I didn't mean a delta between unscrambled and scrambled. What I meant is that it's not necessarily guaranteed that a re-scrambled data track will match the original scrambled one read from the disc. Specifically, error sectors in the descrambled image are replaced with dummy data, so, when those sectors are re-scrambled, you won't get the original scrambled data back.

Because of this, I was thinking of using deltas between the original scrambled data and the rescrambled data. For most any unprotected disc, the files will match exactly. For discs with errors, the rescrambled data for error sectors won't match the data returned by the drive, so the delta will just have to store the differences for these sectors.

I was thinking this would be a better solution than just storing both the unscrambled and scrambled data, as it would be much smaller. For many discs, it would basically eliminate the storage of the scrambled data altogether, since you can recreate it. For other discs, it would require just storing a delta large enough to reconstruct those sectors that don't rescramble to the original data, which, for most discs, is only a few hundred sectors at most.

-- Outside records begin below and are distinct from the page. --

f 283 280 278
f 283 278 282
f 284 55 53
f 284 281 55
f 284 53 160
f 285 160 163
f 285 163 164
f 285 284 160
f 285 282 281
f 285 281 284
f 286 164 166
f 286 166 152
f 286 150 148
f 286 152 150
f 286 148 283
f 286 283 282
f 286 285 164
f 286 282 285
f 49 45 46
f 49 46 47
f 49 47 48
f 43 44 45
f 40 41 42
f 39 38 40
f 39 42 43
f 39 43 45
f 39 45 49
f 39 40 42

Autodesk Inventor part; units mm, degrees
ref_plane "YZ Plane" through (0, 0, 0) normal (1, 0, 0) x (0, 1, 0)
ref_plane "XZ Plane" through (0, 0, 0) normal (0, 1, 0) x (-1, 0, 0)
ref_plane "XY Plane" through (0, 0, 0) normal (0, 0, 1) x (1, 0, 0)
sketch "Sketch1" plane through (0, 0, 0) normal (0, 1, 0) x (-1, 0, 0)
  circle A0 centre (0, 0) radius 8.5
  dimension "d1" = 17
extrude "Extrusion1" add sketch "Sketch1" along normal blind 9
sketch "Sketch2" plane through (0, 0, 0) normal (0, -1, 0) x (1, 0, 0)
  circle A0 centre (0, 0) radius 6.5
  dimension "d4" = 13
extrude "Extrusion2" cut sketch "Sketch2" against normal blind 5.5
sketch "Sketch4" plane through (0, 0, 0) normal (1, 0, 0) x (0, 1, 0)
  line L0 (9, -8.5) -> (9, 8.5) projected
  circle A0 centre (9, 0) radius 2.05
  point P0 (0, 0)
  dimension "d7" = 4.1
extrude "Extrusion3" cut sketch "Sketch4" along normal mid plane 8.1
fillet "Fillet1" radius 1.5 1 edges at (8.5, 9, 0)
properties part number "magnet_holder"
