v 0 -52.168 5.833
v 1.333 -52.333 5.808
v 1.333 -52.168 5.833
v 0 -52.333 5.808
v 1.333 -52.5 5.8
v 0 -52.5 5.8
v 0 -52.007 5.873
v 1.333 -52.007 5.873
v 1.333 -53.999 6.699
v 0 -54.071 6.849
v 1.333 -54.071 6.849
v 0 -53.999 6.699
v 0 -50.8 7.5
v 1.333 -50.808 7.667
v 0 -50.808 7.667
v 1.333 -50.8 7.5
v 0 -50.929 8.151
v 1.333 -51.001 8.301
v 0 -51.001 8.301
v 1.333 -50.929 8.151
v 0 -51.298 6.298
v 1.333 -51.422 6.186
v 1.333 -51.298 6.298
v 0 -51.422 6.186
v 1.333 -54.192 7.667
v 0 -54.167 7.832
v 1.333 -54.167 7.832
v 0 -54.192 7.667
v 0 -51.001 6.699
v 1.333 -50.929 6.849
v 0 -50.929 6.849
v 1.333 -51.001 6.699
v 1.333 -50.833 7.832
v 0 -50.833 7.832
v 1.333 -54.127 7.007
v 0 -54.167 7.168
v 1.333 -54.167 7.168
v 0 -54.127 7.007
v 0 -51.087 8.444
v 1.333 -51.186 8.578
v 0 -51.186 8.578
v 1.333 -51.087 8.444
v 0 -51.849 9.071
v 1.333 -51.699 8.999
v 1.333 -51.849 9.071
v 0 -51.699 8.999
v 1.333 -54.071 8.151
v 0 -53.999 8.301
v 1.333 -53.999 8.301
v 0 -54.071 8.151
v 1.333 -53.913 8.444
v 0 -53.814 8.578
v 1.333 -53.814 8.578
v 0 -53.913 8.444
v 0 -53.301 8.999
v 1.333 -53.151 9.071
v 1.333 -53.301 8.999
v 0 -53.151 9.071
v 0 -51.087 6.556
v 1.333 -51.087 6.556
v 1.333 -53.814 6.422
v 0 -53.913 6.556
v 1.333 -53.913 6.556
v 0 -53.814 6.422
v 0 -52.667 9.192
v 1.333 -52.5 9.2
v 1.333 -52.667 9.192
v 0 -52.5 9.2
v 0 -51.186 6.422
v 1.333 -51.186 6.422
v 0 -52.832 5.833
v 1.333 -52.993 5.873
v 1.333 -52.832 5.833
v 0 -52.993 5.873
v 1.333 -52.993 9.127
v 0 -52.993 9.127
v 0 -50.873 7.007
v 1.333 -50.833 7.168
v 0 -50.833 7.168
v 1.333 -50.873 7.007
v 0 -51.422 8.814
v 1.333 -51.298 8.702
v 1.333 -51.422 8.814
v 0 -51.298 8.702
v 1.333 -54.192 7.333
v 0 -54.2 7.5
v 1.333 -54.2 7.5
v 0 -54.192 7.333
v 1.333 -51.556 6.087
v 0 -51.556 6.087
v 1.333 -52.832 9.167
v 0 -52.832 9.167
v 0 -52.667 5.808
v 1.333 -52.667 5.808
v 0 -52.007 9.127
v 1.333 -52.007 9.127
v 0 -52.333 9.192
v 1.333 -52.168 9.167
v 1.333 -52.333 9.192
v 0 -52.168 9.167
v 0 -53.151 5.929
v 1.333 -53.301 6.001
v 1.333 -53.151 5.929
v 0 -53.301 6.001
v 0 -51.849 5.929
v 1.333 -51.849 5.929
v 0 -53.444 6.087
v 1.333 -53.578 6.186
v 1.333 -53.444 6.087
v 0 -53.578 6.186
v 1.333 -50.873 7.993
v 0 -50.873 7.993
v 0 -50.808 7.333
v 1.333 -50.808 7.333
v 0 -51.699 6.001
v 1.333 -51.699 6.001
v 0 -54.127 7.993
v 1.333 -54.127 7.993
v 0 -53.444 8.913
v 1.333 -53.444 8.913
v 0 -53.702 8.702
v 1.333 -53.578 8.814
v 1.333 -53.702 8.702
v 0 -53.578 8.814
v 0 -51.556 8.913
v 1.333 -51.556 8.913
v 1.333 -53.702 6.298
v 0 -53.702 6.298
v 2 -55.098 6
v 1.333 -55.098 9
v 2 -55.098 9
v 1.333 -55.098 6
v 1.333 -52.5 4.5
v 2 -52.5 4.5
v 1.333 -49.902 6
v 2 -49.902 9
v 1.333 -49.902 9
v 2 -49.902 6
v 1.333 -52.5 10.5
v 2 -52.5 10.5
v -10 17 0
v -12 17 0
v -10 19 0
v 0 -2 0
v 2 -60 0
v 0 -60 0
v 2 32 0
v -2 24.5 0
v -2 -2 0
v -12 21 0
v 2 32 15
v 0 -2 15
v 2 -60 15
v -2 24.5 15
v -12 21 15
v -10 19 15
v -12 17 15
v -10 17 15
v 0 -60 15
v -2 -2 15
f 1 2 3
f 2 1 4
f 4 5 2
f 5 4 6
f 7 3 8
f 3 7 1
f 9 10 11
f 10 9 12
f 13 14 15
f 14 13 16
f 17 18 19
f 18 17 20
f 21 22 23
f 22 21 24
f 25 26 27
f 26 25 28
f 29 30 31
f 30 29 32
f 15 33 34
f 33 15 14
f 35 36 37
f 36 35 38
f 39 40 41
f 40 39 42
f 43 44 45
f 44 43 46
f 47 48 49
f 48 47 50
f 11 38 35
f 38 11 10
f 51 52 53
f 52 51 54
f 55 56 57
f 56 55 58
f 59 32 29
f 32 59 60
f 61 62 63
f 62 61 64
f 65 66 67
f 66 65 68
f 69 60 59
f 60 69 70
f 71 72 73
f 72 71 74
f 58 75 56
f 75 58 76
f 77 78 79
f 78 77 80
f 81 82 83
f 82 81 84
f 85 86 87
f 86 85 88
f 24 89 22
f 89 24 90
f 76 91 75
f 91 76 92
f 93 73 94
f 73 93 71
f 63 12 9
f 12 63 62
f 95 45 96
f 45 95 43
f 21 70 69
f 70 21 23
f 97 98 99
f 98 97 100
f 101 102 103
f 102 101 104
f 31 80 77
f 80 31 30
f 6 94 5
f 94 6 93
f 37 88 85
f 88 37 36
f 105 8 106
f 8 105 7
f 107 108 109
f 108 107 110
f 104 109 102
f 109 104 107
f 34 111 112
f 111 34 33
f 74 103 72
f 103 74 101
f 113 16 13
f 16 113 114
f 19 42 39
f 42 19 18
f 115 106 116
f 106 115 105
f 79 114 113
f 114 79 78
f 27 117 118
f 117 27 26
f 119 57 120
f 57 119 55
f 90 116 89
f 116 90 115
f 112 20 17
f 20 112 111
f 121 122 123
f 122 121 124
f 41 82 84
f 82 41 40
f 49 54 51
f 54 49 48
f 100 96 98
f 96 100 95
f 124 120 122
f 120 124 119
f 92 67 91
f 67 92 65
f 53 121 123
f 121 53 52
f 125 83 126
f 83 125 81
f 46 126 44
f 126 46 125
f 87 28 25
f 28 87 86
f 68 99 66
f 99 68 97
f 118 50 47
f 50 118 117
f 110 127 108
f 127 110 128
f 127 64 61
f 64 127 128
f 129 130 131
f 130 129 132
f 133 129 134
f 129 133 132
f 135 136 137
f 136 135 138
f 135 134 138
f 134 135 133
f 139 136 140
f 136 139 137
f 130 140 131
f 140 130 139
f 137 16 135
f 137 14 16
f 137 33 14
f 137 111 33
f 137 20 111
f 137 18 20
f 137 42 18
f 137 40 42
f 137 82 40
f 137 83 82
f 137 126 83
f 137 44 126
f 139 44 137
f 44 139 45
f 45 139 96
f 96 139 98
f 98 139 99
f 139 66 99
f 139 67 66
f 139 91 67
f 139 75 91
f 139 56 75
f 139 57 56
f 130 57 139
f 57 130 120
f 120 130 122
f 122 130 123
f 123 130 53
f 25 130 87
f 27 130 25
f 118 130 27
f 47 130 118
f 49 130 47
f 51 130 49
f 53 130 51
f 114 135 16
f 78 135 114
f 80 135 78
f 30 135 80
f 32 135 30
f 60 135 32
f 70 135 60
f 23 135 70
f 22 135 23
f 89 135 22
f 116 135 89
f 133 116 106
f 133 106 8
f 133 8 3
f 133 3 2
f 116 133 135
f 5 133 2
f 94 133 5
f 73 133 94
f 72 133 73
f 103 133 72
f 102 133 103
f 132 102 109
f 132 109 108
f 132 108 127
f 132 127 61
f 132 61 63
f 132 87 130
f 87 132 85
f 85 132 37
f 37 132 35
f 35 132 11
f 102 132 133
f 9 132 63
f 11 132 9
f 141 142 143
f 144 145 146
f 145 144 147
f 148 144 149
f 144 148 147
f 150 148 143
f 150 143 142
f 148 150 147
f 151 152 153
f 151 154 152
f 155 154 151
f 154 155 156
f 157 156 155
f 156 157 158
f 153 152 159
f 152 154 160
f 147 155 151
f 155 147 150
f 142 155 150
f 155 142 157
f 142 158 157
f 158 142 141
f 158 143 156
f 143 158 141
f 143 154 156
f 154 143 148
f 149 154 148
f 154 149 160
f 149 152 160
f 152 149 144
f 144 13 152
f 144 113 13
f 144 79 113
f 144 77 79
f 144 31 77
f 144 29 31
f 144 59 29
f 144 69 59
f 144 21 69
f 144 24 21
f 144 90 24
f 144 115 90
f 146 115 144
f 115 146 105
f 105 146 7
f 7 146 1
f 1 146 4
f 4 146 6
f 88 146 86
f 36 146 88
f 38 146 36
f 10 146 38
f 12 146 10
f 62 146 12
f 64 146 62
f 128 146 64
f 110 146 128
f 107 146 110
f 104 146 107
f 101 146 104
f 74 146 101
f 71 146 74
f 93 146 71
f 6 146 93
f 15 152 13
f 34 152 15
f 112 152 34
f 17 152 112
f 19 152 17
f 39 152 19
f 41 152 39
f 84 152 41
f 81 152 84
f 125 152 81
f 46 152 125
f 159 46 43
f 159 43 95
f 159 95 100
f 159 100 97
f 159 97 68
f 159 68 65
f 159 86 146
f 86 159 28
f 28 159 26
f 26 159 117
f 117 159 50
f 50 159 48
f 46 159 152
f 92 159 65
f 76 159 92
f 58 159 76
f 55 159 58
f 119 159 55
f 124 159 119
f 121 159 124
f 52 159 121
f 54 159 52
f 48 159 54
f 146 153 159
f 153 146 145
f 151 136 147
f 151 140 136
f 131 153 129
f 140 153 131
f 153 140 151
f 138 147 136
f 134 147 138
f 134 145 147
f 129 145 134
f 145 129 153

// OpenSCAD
$fn=64;

L=60;
I=2;
Z0=0;
W=2.0;
SPX=-W/2;
Z1=14+SPX;
Z2=18+SPX;
K=10;

FADE=15;

F=Z2+FADE;

CLAMP_W1=0;
CLAMP_W2=10;

HEIGHT=15;


module aux() {
    translate([-CLAMP_W2,Z2-W,0])
    cube([CLAMP_W2/2,1,HEIGHT]);
}

//(false)
mode="main";
if(mode=="aux") {
    rotate(90,[1,0,0])
    aux();
}
if(mode == "main")
difference() {
linear_extrude(HEIGHT)
polygon([
    [-I-CLAMP_W1,-W],
    [0,-W],
    [0,-L], [W,-L],
    [W,Z2+FADE],
    [-I-CLAMP_W2,Z2+2*W],
    [-I-CLAMP_W2,Z2],
    [-I-CLAMP_W2+W,Z2],
    [-I-CLAMP_W2+W,Z2+W],
    [-I,Z2+FADE/2],
    [-I,Z1],
    [-I,Z0],
    [-I-CLAMP_W1,Z0],
]);

    translate([0,-L+HEIGHT/2,HEIGHT/2])
    rotate(90,[0,1,0]) {
        cylinder(d=3.4,h=20,center=true);
        translate([0,0,W*2/3])
        cylinder($fn=6.2,d=6,h=20);
    }


}

S=50;
{
%        aux();
%translate([-S/2-I-.5,0,0])
rotate(-90,[1,0,0])
rotate(45){
    
    cylinder($fn=4,h=Z1,d=S*sqrt(2));
    translate([0,0,Z1])
    cylinder($fn=4,h=Z2-Z1,d1=S*sqrt(2),d2=(S-2*K)*sqrt(2));
}
}
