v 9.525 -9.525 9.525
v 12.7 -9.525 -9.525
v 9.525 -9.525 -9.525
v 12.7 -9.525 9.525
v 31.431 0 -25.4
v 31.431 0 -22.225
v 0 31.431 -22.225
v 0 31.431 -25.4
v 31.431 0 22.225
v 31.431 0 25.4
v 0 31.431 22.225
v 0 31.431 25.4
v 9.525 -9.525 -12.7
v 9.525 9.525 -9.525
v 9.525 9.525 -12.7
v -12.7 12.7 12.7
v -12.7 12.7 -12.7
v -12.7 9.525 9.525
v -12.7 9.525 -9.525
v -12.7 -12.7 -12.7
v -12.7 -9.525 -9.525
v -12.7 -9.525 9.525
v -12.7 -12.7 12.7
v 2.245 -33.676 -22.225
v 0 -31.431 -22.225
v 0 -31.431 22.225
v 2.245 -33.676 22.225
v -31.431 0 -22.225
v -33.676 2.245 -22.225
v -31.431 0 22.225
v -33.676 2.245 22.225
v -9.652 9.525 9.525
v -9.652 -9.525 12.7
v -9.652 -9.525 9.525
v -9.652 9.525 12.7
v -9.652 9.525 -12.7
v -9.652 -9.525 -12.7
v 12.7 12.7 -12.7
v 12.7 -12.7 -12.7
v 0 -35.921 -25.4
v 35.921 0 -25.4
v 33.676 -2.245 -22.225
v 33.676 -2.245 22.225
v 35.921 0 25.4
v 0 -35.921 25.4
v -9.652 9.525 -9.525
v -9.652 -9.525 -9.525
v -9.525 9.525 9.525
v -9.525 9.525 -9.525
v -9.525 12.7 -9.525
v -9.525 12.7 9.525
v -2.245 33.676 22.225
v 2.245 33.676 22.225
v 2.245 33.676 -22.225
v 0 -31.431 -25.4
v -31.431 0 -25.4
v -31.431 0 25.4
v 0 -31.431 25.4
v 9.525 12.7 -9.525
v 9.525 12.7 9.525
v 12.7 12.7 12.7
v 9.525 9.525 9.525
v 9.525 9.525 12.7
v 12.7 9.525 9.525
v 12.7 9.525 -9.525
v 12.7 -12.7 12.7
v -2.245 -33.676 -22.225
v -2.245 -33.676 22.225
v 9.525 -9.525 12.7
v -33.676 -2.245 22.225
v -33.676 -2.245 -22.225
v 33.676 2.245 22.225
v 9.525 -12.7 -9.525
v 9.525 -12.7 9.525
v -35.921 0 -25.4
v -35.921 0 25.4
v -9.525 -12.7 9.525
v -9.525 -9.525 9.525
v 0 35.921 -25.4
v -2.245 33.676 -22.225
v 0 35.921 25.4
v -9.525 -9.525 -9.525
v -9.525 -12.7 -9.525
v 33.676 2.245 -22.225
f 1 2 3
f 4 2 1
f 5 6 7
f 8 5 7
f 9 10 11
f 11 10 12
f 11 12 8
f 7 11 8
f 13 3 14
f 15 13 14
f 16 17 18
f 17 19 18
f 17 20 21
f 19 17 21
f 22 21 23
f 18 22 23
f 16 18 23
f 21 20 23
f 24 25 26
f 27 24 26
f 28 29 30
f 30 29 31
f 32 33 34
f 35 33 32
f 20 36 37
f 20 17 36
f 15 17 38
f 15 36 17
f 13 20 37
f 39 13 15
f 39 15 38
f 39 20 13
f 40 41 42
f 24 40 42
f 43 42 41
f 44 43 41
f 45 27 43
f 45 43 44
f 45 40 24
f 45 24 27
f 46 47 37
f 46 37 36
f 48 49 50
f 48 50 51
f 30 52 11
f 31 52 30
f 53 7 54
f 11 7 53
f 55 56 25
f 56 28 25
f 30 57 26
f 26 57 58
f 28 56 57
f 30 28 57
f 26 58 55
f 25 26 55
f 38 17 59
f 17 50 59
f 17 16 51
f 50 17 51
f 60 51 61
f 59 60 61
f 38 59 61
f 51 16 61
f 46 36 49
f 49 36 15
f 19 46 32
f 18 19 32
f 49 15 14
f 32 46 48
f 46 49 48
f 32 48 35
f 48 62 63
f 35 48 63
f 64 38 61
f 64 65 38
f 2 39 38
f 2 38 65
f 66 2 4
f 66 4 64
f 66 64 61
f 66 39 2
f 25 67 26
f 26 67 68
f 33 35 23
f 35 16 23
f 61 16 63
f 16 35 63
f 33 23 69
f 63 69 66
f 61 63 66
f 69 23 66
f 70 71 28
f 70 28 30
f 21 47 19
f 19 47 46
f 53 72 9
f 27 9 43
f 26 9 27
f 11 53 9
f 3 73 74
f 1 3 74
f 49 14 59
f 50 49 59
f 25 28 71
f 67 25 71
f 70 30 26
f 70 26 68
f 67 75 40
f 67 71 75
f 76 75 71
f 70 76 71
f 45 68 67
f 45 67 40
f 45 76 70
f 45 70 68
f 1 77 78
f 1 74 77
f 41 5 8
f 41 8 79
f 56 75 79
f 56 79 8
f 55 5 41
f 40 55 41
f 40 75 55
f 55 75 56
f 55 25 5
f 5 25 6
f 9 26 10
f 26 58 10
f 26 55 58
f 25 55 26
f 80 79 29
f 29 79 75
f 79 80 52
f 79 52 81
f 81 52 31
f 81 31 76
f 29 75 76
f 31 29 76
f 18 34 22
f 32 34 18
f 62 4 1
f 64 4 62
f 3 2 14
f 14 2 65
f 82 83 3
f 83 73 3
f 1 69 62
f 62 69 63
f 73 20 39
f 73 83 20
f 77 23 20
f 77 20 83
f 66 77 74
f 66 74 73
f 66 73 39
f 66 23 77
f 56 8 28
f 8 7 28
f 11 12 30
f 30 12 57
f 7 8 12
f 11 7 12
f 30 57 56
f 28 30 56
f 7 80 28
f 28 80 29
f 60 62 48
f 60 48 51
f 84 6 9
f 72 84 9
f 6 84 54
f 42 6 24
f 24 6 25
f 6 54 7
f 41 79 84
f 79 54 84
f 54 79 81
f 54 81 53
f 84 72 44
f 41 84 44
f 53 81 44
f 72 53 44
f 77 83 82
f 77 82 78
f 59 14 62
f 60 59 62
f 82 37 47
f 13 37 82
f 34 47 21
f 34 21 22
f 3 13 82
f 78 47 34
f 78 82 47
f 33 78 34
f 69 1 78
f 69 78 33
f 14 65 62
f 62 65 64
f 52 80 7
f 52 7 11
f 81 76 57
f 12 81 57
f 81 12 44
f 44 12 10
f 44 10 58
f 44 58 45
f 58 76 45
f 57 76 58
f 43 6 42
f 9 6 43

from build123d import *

# Parameters (mm, degrees)
F0_W      = 25.4
F0_H      = 25.4
F0_W_2    = 19.05
F0_H_2    = 19.05
F1_DEPTH  = 12.7
F2_W      = 19.05
F2_H      = 19.05
F3_DEPTH  = 25.4
F4_W      = 19.177
F4_H      = 19.05
F5_DEPTH  = 25.4
F7_W      = 50.8
F7_H      = 50.8
F7_W_2    = 44.45
F7_H_2    = 44.45
F8_DEPTH  = 25.4
F9_W      = 44.45
F9_H      = 44.45
F10_DEPTH = 76.201
F12_DEPTH = 50.801


with BuildPart() as f1:
    # F0 (on Front) → F1 (new body, symmetric)
    with BuildSketch(Plane.XZ):
        Rectangle(F0_W, F0_H)
        Rectangle(F0_W_2, F0_H_2, mode=Mode.SUBTRACT)
    extrude(amount=F1_DEPTH, both=True)

    # F2 (on face) → F3 (cut)
    with BuildSketch(Plane.YZ.offset(12.7)):
        Rectangle(F2_W, F2_H)
    extrude(amount=-F3_DEPTH, mode=Mode.SUBTRACT)

    # F4 (on face) → F5 (cut, through all)
    with BuildSketch(Plane.XY.offset(12.7)):
        with Locations((-0.0635, 0)):
            Rectangle(F4_W, F4_H)
    extrude(amount=-F5_DEPTH, mode=Mode.SUBTRACT)


with BuildPart() as f8:
    # F7 (on face) → F8 (new body, symmetric)
    with BuildSketch(Plane(origin=(0, 0, 0), x_dir=(0.7071067812, -0.7071067812, 0), z_dir=(-0.7071067812, -0.7071067812, 0))):
        Rectangle(F7_W, F7_H)
        Rectangle(F7_W_2, F7_H_2, mode=Mode.SUBTRACT)
    extrude(amount=F8_DEPTH, both=True)

    # F9 (on face) → F10 (cut, through all)
    with BuildSketch(Plane(origin=(-17.9605122421, 17.9605122421, 0), x_dir=(-0.7071067812, -0.7071067812, 0), z_dir=(-0.7071067812, 0.7071067812, 0))):
        Rectangle(F9_W, F9_H)
    extrude(amount=-F10_DEPTH, mode=Mode.SUBTRACT)

    # F11 (on face) → F12 (cut, through all)
    with BuildSketch(Plane.XY.offset(25.4)):
        Polygon((31.4308952947, 0), (0, 31.4308975528), (-31.430899811, 0), (0, -31.4309020691), align=None)
    extrude(amount=-F12_DEPTH, mode=Mode.SUBTRACT)


solid = Compound([f1.part, f8.part])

Regarding the TOC concerns, I was thinking maybe something even simpler than that. I don't necessarily care if I know exactly which sectors, according to the TOC, are data or not. I just want to have a compact way to recreate the original scrambled data from the drive while storing the more useful unscrambled image for day-to-day use. I was thinking it should be possible to just go through the unscrambled image looking for the 00 FF ... FF 00 sync pattern at each sector offset and then doing the XOR with the scrambling table for all the sectors found that way. If there's no sync, just write out the sector as-is. Then, after having done that, compare this rescrambled image with the original scrambled image that DIC read in from the drive. If the images matche, nothing new needs to be stored except a note that the scrambled image can be trivially recreated from the unscrambled image, and we can delete the scrambled image. If it doesn't match, make a delta between the rescrambled image and the original scrambled one read in from the drive, and then delete the original one. Then, we can in the future recreate the original by rescrambling the unscrambled image and then applying the delta.

My real hope, though, was that Aaru or some other package would have the option to simultaneously store both unscrambled and scrambled using some kind of internal representation like I've described in order to save space. I don't think such package exists, though.